# Aim of the exercise
What appears from the first line of the data below through the line containing "#4=PRODUCT_DEFINITION_FORMATION('','',#3);", both included, should be copied exactly, and nothing else.

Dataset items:
---*---
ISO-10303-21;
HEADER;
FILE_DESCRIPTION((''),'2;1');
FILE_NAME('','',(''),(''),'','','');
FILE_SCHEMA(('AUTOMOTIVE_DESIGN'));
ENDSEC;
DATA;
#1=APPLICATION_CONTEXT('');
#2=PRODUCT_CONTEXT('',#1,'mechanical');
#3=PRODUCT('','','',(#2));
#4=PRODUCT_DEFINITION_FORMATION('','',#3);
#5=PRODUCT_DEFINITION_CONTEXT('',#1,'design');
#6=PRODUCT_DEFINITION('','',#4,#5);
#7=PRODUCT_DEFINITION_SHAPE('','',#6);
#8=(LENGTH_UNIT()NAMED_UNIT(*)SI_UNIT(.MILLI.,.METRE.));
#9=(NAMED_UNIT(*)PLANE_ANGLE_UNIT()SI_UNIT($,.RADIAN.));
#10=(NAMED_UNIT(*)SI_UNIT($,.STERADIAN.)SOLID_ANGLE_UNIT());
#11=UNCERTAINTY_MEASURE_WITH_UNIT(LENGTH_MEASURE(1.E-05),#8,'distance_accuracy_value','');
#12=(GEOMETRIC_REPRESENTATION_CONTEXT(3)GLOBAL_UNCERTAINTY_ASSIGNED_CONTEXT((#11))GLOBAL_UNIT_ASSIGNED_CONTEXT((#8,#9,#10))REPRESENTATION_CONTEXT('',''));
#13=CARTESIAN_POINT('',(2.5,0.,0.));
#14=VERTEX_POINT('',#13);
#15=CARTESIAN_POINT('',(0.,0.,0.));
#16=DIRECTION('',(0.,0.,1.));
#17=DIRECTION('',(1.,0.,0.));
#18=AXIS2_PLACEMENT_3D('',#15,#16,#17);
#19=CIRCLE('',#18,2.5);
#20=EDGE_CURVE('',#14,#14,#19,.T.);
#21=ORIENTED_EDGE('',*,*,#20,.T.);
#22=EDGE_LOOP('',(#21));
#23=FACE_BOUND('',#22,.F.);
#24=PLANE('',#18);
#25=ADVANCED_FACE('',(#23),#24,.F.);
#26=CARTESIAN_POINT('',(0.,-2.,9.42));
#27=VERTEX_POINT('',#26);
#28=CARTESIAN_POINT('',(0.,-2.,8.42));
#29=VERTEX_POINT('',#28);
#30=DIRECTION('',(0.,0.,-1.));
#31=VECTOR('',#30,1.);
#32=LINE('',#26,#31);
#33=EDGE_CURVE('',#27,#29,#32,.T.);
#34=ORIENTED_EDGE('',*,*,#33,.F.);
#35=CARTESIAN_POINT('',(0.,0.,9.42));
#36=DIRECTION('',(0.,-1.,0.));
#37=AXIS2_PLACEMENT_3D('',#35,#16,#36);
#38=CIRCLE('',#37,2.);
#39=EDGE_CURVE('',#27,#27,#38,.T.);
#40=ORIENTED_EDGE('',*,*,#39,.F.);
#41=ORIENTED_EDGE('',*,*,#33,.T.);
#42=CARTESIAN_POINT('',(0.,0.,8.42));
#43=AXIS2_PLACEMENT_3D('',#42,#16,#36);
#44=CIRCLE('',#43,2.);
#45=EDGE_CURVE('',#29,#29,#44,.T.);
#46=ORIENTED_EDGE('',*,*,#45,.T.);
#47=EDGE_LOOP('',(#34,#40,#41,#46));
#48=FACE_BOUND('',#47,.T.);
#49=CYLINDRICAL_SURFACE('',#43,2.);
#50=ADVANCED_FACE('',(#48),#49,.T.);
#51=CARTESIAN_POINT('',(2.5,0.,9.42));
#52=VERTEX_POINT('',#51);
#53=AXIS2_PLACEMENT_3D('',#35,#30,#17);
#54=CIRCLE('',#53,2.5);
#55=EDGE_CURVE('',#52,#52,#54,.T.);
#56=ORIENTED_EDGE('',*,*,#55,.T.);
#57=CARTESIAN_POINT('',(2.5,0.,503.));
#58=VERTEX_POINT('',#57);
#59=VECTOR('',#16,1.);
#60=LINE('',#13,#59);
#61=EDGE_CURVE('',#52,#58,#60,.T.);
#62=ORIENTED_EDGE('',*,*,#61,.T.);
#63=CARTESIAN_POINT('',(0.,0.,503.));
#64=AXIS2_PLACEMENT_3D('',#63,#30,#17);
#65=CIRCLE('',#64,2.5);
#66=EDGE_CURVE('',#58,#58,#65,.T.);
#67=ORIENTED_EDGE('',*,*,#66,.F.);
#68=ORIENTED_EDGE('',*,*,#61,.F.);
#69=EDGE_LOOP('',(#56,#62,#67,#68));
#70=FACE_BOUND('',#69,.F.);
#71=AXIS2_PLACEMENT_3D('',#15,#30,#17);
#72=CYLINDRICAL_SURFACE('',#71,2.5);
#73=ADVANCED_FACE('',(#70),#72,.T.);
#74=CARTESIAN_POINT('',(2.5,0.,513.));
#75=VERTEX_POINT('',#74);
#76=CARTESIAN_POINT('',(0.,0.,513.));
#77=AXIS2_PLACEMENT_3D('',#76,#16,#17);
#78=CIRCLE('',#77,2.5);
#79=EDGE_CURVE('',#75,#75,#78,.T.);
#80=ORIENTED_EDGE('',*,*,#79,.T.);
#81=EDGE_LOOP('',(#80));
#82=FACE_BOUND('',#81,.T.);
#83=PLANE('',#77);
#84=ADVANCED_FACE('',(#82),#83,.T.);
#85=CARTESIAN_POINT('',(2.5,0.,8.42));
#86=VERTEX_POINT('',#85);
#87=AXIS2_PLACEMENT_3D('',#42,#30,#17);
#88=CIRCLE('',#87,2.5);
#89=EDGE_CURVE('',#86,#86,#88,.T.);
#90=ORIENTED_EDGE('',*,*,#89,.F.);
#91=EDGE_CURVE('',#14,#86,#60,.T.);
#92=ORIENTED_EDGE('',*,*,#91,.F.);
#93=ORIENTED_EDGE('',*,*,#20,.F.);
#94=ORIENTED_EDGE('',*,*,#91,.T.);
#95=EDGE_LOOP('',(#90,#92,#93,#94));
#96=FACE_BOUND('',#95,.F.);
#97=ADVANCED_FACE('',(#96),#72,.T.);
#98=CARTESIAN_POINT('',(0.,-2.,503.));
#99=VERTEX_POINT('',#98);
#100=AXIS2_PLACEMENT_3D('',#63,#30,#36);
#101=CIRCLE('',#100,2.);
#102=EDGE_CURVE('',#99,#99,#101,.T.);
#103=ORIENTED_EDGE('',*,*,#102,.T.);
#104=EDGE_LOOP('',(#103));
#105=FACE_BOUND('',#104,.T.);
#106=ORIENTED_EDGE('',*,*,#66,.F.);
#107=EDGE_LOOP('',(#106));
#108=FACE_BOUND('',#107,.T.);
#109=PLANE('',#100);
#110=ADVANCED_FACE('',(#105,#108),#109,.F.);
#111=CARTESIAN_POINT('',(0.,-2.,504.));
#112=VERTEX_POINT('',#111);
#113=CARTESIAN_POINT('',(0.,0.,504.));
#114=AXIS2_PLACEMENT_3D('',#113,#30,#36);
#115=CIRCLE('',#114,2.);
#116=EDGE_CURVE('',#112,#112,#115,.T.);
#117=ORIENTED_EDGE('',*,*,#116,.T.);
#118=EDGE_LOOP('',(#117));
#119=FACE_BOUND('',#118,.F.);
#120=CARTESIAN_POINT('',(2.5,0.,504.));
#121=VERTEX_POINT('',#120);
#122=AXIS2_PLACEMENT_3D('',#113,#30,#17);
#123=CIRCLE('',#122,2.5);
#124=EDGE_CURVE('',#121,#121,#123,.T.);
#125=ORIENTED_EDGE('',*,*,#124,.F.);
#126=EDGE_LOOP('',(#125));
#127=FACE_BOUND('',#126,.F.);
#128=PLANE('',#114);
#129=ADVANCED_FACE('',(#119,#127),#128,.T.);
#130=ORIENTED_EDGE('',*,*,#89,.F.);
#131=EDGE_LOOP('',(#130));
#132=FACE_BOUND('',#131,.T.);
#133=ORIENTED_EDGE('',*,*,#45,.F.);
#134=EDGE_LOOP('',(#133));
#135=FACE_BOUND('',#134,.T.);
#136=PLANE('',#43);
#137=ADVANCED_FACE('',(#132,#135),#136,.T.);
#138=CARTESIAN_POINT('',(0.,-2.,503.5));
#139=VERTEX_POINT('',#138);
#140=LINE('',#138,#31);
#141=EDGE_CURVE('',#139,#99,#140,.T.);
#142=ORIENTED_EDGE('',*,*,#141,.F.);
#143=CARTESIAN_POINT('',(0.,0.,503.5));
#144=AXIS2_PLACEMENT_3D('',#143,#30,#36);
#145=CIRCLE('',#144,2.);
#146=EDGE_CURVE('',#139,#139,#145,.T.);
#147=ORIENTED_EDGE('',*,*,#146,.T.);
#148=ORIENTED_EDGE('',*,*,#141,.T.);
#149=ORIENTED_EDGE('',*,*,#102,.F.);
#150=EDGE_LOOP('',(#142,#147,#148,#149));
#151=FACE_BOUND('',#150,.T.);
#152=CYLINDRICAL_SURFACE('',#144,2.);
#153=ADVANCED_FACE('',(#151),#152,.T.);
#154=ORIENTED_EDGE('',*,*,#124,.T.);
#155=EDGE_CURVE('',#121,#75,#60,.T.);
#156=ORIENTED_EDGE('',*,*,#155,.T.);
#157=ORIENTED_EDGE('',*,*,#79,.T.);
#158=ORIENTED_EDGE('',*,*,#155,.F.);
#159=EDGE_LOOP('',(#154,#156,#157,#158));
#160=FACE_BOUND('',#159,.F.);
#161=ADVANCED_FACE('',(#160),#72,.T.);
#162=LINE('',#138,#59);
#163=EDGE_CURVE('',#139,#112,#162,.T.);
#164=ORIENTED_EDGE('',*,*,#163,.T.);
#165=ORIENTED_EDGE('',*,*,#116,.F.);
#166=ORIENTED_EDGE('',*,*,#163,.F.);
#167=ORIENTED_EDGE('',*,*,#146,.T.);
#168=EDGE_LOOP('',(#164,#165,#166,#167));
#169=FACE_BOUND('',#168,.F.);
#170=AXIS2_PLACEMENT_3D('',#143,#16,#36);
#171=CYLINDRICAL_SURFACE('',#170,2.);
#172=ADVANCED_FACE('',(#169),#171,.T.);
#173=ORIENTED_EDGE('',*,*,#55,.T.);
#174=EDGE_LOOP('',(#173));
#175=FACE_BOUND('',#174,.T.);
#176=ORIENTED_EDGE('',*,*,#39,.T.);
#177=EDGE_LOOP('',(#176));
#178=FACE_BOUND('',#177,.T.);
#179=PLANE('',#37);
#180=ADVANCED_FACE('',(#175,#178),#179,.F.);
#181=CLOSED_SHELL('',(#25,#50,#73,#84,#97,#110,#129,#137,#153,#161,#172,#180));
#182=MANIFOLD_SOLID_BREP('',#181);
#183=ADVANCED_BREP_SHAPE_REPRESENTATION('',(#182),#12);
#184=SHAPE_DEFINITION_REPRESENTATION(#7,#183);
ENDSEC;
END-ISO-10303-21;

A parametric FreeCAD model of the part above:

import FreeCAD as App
import Part
import Sketcher
Q = App.Units.Quantity


def add_polygon(sketch, points):
    """Adds a closed chain of lines whose ends are joined by coincident constraints."""
    first, n = sketch.GeometryCount, len(points)
    for a, b in zip(points, points[1:] + points[:1]):
        sketch.addGeometry(Part.LineSegment(App.Vector(*a, 0), App.Vector(*b, 0)), False)
    for i in range(n):
        sketch.addConstraint(Sketcher.Constraint("Coincident", first + i, 2, first + (i + 1) % n, 1))

doc = App.newDocument("Part")
params = doc.addObject("Spreadsheet::Sheet", "Params")
for row, (alias, value) in enumerate([
    ("sketch1_diameter", "5 mm"),
    ("pad1_length", "513 mm"),
    ("sketch2_height", "1 mm"),
    ("sketch2_width", "0.5 mm"),
    ("groove_angle", "360 deg"),
    ("sketch3_width", "0.5 mm"),
    ("sketch3_height", "1 mm"),
    ("groove2_angle", "360 deg"),
], start=1):
    params.set(f"A{row}", alias)
    params.set(f"B{row}", "=" + value)
    params.setAlias(f"B{row}", alias)

body = doc.addObject("PartDesign::Body", "Body")

# Sketch on XY plane
sketch1 = doc.addObject("Sketcher::SketchObject", "Sketch")
body.addObject(sketch1)
sketch1.AttachmentSupport = (doc.XY_Plane, [""])
sketch1.MapMode = "FlatFace"
sketch1.addGeometry(Part.Circle(App.Vector(0, 0, 0), App.Vector(0, 0, 1), 2.5), False)
sketch1.addConstraint(Sketcher.Constraint("Coincident", 0, 3, -1, 1))
sketch1.addConstraint(Sketcher.Constraint("Diameter", 0, Q("5 mm")))
sketch1.setExpression("Constraints[1]", "Params.sketch1_diameter")
pad1 = doc.addObject("PartDesign::Pad", "Pad")
body.addObject(pad1)
pad1.Profile = sketch1
pad1.setExpression("Length", "Params.pad1_length")

# Sketch on YZ plane
sketch2 = doc.addObject("Sketcher::SketchObject", "Sketch001")
body.addObject(sketch2)
sketch2.AttachmentSupport = (doc.YZ_Plane, [""])
sketch2.MapMode = "FlatFace"
add_polygon(sketch2, [(-2, 8.4), (-2, 9.4), (-2.5, 9.4), (-2.5, 8.4)])  # lines 0-3
sketch2.addConstraint(Sketcher.Constraint("Vertical", 0))
sketch2.addConstraint(Sketcher.Constraint("Horizontal", 1))
sketch2.addConstraint(Sketcher.Constraint("Vertical", 2))
sketch2.addConstraint(Sketcher.Constraint("Horizontal", 3))
sketch2.addConstraint(Sketcher.Constraint("DistanceY", 0, 1, 0, 2, Q("1 mm")))
sketch2.addConstraint(Sketcher.Constraint("DistanceX", 1, 2, 1, 1, Q("0.5 mm")))
sketch2.addConstraint(Sketcher.Constraint("DistanceX", 0, 2, -1, 1, Q("2 mm")))
sketch2.addConstraint(Sketcher.Constraint("DistanceY", -1, 1, 0, 2, Q("9.42 mm")))
sketch2.setExpression("Constraints[8]", "Params.sketch2_height")
sketch2.setExpression("Constraints[9]", "Params.sketch2_width")
groove = doc.addObject("PartDesign::Groove", "Groove")
body.addObject(groove)
groove.Profile = sketch2
groove.ReferenceAxis = (sketch2, ["V_Axis"])
groove.setExpression("Angle", "Params.groove_angle")

# Sketch on YZ plane
sketch3 = doc.addObject("Sketcher::SketchObject", "Sketch002")
body.addObject(sketch3)
sketch3.AttachmentSupport = (doc.YZ_Plane, [""])
sketch3.MapMode = "FlatFace"
add_polygon(sketch3, [(-2, 504), (-2.5, 504), (-2.5, 503), (-2, 503)])  # lines 0-3
sketch3.addConstraint(Sketcher.Constraint("Horizontal", 0))
sketch3.addConstraint(Sketcher.Constraint("Vertical", 1))
sketch3.addConstraint(Sketcher.Constraint("Horizontal", 2))
sketch3.addConstraint(Sketcher.Constraint("Vertical", 3))
sketch3.addConstraint(Sketcher.Constraint("DistanceX", 0, 2, 0, 1, Q("0.5 mm")))
sketch3.addConstraint(Sketcher.Constraint("DistanceY", 1, 2, 1, 1, Q("1 mm")))
sketch3.addConstraint(Sketcher.Constraint("DistanceY", -1, 1, 0, 2, Q("504 mm")))
sketch3.addConstraint(Sketcher.Constraint("DistanceX", 2, 2, -1, 1, Q("2 mm")))
sketch3.setExpression("Constraints[8]", "Params.sketch3_width")
sketch3.setExpression("Constraints[9]", "Params.sketch3_height")
groove2 = doc.addObject("PartDesign::Groove", "Groove001")
body.addObject(groove2)
groove2.Profile = sketch3
groove2.ReferenceAxis = (sketch3, ["V_Axis"])
groove2.setExpression("Angle", "Params.groove2_angle")

doc.recompute()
---*---
# Reply
ISO-10303-21;
HEADER;
FILE_DESCRIPTION((''),'2;1');
FILE_NAME('','',(''),(''),'','','');
FILE_SCHEMA(('AUTOMOTIVE_DESIGN'));
ENDSEC;
DATA;
#1=APPLICATION_CONTEXT('');
#2=PRODUCT_CONTEXT('',#1,'mechanical');
#3=PRODUCT('','','',(#2));
#4=PRODUCT_DEFINITION_FORMATION('','',#3);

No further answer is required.